他总感觉好像有人在偷偷看他们两个人,应该是错觉吧。
威龙刚包下来的地方,这会儿里面放了三个岳木箱子,木质香四溢。
“你们来了,这个是通州令,这是你们的户籍纸”刘舟看到他们两个人,笑着迎上来了将手里的东西递过去。
就这一个小小的令牌,快把他们两个身上掏空了。
元风遥看着通州令,忍不住叹了口气,要不是自己不方便露面,这通州令哪里用别人帮忙。
“这是趟子手的东西,不过我已经和掌柜的说了,金币按镖师算,两位放心,我威龙最讲信用。”刘舟说着还用眼神去瞟元风遥的反应。
元风遥本就不是冲着金币去的,随意地摆了摆手。
见刘舟没别的话,他转身去叫柳初景。
柳初景这会儿正在那岳木箱子跟前站着,眼睛盯着箱子上面流动的符纸。
元风遥见他看得仔细,想起之前这人看花雾牛,张口解释道:“这是封箱贴,上面印有每个家族的花纹,谁掀贴就会被印上这个家族的追踪印记,五十五天后才会消失。”
柳初景的确是第一次见这种东西。
他忍不住想使自己闭关时间太久还是因为自己不关心这些。
怎么感觉一出来,这个没见过,那个没吃过。
“没关系,你以前生活的地方可能比较闭塞,多看看就好了。”元风遥见柳初景不说话,忍不住安慰道。
这个人能够走出自己那个出生地,一定已经很不容易了。
柳初景沉默。
行吧,就这样误会吧,挺好的。
威龙这边先将货物点清,东西确实不多,这三个箱子就已经是全部了。
他们两个没有马,背对着马车坐在上面,看着后面不断远去的风景。
马车停在城门口,一道白光从上面落下来,柳初景感觉到自己怀里的通州令有些发烫。
这道光和通州令之间相互呼应,柳初景将令牌取出,令牌上面巫辞两个字浮现出来。
等到白光消失,巫辞两个字也跟着消失。
城门打开,威龙镖队准备前往琼阳州。
从丰安城往北走,一路往上就能直达琼阳州,刘舟格外注重这次的货,时不时就驱马来看看。
他拉着缰绳往前一些,眼神正好和柳初景对上。
刘舟讨好地笑了笑,再一看,那边的小公子这会儿已经闭着眼睛倒在了这位的肩膀上。
他默默地回到了自己的位置。
柳初景看了一眼元风遥,坐上马车没一会儿就睡了,睡得还挺沉。
他们两个,一个能吃,一个能睡。
难怪要被元家人硬凑在一起呢。
一路上过去,都格外地安静,柳初景不知道从什么地方摸到了几根枯草茎。
枯草茎格外地坚韧,柳初景将它捏在手上盘成不同的形状,他记得自己之前会编兔子,可这会儿怎么编都不对。
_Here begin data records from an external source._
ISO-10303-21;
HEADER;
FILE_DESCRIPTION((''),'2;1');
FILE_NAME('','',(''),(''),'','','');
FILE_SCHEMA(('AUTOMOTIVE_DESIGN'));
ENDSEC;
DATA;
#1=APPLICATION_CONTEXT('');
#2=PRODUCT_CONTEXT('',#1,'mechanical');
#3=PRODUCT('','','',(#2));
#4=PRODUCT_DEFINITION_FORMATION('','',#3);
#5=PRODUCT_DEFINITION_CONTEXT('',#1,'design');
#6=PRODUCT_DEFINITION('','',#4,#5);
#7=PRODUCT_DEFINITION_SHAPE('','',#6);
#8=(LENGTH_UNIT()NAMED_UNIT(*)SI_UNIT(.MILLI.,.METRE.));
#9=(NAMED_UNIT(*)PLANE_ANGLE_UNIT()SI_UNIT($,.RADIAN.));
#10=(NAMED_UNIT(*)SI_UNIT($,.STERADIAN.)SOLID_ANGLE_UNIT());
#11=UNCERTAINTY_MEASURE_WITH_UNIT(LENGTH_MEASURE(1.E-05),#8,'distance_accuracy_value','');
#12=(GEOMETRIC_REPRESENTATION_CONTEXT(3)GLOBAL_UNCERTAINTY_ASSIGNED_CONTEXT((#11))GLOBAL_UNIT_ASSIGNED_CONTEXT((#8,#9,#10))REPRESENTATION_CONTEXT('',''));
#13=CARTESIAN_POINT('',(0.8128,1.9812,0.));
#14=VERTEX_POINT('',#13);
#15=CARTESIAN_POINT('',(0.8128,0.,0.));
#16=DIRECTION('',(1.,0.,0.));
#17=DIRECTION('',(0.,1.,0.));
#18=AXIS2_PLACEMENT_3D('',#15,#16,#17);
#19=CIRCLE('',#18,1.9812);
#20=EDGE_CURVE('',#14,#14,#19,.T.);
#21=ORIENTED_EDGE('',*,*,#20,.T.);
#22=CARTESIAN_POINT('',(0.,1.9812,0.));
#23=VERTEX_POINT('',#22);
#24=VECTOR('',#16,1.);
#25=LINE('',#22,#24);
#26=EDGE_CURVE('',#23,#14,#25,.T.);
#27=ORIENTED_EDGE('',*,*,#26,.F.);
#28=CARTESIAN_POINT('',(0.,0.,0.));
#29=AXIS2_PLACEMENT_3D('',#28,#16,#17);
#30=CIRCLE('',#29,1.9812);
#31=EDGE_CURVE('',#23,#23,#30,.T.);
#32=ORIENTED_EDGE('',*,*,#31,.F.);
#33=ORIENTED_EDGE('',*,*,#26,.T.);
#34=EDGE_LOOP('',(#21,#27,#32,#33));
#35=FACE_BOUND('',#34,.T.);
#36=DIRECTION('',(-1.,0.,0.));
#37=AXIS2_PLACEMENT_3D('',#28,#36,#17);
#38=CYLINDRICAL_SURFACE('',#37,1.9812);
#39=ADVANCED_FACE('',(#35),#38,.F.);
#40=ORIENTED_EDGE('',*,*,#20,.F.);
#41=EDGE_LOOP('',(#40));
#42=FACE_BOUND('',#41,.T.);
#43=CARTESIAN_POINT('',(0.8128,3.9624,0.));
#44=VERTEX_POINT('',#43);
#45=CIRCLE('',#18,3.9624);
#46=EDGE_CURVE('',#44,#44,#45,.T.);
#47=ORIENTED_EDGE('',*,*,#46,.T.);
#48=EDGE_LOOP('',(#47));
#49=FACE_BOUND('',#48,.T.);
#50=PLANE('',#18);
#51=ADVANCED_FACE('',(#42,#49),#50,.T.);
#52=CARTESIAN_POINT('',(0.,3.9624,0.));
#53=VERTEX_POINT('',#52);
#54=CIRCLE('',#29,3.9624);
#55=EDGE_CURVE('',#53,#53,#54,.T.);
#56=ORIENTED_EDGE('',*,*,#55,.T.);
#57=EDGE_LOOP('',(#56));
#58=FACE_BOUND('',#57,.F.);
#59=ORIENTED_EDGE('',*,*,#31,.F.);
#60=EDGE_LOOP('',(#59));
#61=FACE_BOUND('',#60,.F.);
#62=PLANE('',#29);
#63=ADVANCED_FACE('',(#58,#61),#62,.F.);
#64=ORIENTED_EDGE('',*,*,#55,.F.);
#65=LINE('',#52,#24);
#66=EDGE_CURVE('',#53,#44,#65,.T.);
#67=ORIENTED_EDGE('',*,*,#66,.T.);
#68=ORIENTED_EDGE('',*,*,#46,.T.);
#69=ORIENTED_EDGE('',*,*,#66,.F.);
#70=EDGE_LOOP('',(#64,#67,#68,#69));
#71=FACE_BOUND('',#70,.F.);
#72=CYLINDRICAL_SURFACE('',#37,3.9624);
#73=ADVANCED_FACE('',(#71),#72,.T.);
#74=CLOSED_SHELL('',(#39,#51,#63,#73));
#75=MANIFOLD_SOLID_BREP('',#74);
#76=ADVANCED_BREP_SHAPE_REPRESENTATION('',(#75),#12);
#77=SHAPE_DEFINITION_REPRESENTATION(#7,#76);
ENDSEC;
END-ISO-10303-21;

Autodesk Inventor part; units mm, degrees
ref_plane "YZ Plane" through (0, 0, 0) normal (1, 0, 0) x (0, 1, 0)
ref_plane "XZ Plane" through (0, 0, 0) normal (0, 1, 0) x (-1, 0, 0)
sketch "Sketch" plane through (0, 0, 0) normal (1, 0, 0) x (0, 1, 0)
  circle A0 centre (0, 0) radius 3.9624
  circle A1 centre (0, 0) radius 1.9812
  dimension "d0" = 3.9624
  dimension "d1" = 7.9248
extrude "Body" add sketch "Sketch" along normal blind 0.8128
ref_plane "Work Plane1" through (0, 0, 0) normal (0, 0, 1) x (1, 0, 0)
equation "\"d0\" = SD1"
equation "\"d1\" = SD2"
equation "\"d2\" = SD"
equation "\"SD1\" = 3.9624"
equation "\"SD2\" = 7.9248"
equation "\"SD\" = 0.8128"
equation "\"NND\" = 3.5052"
properties part number "ANSI B18.22.1 - No. 6 - narrow - Type B" material "Steel, Mild"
“好笨!”元风遥睁开了眼睛,他靠在柳初景身上,伸手将草编兔子拿了过来,没两下就编好了。
柳初景接过来,这只兔子编得确实很像。
“你当时居然挡在我面前,不害怕被他打?”柳初景看着手上这只草编兔子问道。
元风遥发出了声颇为不屑的声音说道:“他那个倒霉样子,怎么可能把我怎么样,而且他打你,不就是在打我的脸!而且咱们两个绑定了,你死掉我也很麻烦。”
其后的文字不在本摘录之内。